+++ Dataset extract

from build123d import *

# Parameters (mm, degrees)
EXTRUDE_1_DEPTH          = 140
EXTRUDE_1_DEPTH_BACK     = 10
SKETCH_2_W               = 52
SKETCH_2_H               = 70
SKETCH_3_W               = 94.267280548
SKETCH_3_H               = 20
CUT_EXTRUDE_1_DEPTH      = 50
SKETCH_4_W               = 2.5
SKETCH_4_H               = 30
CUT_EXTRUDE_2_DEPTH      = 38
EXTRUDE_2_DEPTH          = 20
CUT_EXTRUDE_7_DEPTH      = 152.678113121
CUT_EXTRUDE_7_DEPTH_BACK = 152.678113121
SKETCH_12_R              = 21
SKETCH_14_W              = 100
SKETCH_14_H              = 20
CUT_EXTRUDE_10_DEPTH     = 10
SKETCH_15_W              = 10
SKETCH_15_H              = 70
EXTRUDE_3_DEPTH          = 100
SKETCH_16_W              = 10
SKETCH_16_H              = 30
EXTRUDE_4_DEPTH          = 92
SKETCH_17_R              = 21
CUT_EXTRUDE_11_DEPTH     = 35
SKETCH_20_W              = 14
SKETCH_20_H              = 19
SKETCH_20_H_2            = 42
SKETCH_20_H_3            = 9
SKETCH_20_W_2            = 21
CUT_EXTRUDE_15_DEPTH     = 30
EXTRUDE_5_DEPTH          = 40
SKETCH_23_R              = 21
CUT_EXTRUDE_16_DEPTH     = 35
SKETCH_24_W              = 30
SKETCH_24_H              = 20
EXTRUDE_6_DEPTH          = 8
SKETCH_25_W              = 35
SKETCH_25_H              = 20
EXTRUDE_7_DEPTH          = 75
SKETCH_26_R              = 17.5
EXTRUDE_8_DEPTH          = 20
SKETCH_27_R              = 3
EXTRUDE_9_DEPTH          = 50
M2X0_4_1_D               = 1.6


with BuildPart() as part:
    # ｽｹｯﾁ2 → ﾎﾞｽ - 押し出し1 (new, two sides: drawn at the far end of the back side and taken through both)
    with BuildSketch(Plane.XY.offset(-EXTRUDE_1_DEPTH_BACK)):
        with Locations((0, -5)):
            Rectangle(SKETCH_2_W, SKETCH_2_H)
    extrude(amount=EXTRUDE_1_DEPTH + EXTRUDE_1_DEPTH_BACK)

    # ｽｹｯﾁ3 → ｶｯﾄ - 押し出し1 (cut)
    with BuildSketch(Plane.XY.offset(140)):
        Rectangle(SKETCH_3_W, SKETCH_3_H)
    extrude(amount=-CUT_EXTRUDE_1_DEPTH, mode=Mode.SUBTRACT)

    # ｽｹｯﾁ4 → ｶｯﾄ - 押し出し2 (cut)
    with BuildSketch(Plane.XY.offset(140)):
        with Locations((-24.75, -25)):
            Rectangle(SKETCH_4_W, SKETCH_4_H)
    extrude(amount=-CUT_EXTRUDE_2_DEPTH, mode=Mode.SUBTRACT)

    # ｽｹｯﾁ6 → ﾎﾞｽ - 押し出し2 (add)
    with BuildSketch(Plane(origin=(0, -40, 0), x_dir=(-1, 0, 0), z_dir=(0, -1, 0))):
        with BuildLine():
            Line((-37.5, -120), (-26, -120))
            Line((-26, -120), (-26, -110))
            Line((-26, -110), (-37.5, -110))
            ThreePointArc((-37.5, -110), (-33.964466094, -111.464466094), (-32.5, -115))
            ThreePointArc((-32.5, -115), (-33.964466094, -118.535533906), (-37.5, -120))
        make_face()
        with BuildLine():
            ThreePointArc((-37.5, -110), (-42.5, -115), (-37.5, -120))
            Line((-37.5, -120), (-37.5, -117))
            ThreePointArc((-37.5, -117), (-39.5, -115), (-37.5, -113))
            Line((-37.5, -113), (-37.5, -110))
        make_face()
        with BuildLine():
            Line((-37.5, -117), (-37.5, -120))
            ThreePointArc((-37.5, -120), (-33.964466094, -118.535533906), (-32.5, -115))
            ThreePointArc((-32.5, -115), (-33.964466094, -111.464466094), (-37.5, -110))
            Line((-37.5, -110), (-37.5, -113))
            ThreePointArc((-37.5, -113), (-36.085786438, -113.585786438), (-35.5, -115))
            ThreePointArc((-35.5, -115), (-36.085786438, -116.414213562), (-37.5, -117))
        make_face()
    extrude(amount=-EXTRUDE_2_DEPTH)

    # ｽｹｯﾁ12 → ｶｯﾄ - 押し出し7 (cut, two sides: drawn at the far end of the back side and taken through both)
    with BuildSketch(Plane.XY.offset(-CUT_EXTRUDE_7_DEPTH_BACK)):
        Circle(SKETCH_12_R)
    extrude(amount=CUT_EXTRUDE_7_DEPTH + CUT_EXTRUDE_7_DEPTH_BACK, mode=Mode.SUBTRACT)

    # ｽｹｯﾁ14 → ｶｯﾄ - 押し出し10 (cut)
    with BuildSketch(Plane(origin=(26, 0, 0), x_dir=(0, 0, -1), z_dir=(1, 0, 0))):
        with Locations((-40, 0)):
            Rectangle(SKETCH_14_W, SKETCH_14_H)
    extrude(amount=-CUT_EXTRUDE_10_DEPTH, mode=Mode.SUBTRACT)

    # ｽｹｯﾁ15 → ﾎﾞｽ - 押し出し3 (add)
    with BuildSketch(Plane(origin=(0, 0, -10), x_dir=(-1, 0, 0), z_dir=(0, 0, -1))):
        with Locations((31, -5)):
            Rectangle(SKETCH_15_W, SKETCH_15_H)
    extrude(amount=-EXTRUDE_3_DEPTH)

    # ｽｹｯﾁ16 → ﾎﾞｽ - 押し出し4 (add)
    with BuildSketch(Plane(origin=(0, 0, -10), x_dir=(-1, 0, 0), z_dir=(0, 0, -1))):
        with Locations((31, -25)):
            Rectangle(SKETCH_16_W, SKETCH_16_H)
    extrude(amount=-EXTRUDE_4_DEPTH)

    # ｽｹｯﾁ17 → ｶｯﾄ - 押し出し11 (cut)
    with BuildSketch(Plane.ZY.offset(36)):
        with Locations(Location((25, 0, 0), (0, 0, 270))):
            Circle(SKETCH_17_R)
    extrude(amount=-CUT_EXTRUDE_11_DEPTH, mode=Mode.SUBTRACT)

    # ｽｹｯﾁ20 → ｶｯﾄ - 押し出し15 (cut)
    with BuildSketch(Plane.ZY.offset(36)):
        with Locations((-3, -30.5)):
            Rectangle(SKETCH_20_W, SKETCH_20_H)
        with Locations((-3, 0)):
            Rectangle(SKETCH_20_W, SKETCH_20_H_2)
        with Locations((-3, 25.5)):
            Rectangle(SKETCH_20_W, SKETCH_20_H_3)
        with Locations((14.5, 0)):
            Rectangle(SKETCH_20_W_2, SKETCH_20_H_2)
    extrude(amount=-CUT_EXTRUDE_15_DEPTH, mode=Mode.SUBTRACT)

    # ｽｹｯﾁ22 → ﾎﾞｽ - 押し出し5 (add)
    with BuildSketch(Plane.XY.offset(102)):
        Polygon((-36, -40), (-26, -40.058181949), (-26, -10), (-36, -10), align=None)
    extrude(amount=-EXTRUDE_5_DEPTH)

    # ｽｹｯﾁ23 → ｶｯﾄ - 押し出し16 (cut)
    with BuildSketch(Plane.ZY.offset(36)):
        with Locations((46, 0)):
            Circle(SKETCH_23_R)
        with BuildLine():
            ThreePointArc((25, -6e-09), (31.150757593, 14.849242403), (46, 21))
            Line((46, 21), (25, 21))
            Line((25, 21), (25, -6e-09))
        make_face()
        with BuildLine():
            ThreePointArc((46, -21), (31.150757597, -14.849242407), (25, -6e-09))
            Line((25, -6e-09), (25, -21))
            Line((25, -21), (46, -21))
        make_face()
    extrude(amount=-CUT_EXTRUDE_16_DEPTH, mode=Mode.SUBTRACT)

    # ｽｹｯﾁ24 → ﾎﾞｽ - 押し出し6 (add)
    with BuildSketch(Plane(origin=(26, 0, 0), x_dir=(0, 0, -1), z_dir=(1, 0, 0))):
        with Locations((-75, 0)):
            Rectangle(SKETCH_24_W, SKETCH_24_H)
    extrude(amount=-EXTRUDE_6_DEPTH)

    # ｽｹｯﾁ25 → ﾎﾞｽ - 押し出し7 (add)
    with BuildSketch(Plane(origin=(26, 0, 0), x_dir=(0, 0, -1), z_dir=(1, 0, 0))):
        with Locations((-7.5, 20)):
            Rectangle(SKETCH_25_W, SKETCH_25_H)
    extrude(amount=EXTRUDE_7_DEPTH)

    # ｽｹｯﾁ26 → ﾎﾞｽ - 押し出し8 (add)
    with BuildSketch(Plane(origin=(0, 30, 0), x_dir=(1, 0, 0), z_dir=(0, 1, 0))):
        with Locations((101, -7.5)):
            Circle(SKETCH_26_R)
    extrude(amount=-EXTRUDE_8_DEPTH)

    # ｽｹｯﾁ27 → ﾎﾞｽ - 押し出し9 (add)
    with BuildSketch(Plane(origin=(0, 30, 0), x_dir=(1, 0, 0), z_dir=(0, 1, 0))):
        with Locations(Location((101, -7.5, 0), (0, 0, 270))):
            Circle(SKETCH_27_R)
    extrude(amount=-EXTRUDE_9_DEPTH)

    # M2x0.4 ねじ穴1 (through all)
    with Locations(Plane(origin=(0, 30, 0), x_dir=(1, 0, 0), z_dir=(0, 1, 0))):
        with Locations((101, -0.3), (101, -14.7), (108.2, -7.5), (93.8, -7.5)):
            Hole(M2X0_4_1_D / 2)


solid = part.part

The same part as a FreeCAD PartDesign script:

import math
import FreeCAD as App
import Part
import Sketcher
Q = App.Units.Quantity

doc = App.newDocument("Part")
params = doc.addObject("Spreadsheet::Sheet", "Params")
for row, (alias, value) in enumerate([
    ("sketch1_width", "52 mm"),
    ("sketch1_height", "70 mm"),
    ("pad1_length", "140 mm"),
    ("pad1_length2", "10 mm"),
    ("sketch2_height", "20 mm"),
    ("pocket1_length", "50 mm"),
    ("sketch3_height", "30 mm"),
    ("sketch3_width", "2.5 mm"),
    ("pocket2_length", "38 mm"),
    ("sketch4_radius", "5 mm"),
    ("sketch4_radius2", "2 mm"),
    ("sketch4_width", "11.5 mm"),
    ("pad2_length", "20 mm"),
    ("sketch5_diameter", "42 mm"),
    ("sketch6_width", "20 mm"),
    ("sketch6_height", "100 mm"),
    ("pocket4_length", "10 mm"),
    ("sketch7_width", "10 mm"),
    ("sketch7_height", "70 mm"),
    ("pad3_length", "100 mm"),
    ("sketch8_width", "10 mm"),
    ("sketch8_height", "30 mm"),
    ("pad4_length", "92 mm"),
    ("sketch9_diameter", "42 mm"),
    ("pocket5_length", "35 mm"),
    ("sketch10_width", "19 mm"),
    ("sketch10_width2", "42 mm"),
    ("sketch10_width3", "9 mm"),
    ("sketch10_height", "14 mm"),
    ("sketch10_height2", "21 mm"),
    ("pocket6_length", "30 mm"),
    ("sketch11_width", "10 mm"),
    ("sketch11_height", "30 mm"),
    ("pad5_length", "40 mm"),
    ("sketch12_radius", "21 mm"),
    ("sketch12_height", "21 mm"),
    ("pocket7_length", "35 mm"),
    ("sketch13_width", "20 mm"),
    ("sketch13_height", "30 mm"),
    ("pad6_length", "8 mm"),
    ("sketch14_width", "20 mm"),
    ("sketch14_height", "35 mm"),
    ("pad7_length", "75 mm"),
    ("sketch15_diameter", "35 mm"),
    ("pad8_length", "20 mm"),
    ("sketch16_diameter", "6 mm"),
    ("pad9_length", "50 mm"),
    ("sketch17_diameter", "1.6 mm"),
    ("hole_diameter", "1.6 mm"),
], start=1):
    params.set(f"A{row}", alias)
    params.set(f"B{row}", "=" + value)
    params.setAlias(f"B{row}", alias)

body = doc.addObject("PartDesign::Body", "Body")

# Sketch on XY plane
sketch1 = body.newObject("Sketcher::SketchObject", "Sketch")
sketch1.AttachmentSupport = (doc.getObject("XY_Plane"), [""])
sketch1.MapMode = "FlatFace"
sketch1.addGeometry([
    Part.LineSegment(App.Vector(-26, 30, 0), App.Vector(-26, -40, 0)),
    Part.LineSegment(App.Vector(-26, -40, 0), App.Vector(26, -40, 0)),
    Part.LineSegment(App.Vector(26, -40, 0), App.Vector(26, 30, 0)),
    Part.LineSegment(App.Vector(26, 30, 0), App.Vector(-26, 30, 0)),
], False)
sketch1.addConstraint([
    Sketcher.Constraint("Coincident", 0, 2, 1, 1),
    Sketcher.Constraint("Coincident", 1, 2, 2, 1),
    Sketcher.Constraint("Coincident", 2, 2, 3, 1),
    Sketcher.Constraint("Coincident", 3, 2, 0, 1),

++++++

Exercise directions:
In the data above, retype exactly and only the lines between the one holding "extrude(amount=-EXTRUDE_3_DEPTH)" and the one holding "Rectangle(SKETCH_16_W, SKETCH_16_H)", inclusive.

Your response:
    extrude(amount=-EXTRUDE_3_DEPTH)

    # ｽｹｯﾁ16 → ﾎﾞｽ - 押し出し4 (add)
    with BuildSketch(Plane(origin=(0, 0, -10), x_dir=(-1, 0, 0), z_dir=(0, 0, -1))):
        with Locations((31, -25)):
            Rectangle(SKETCH_16_W, SKETCH_16_H)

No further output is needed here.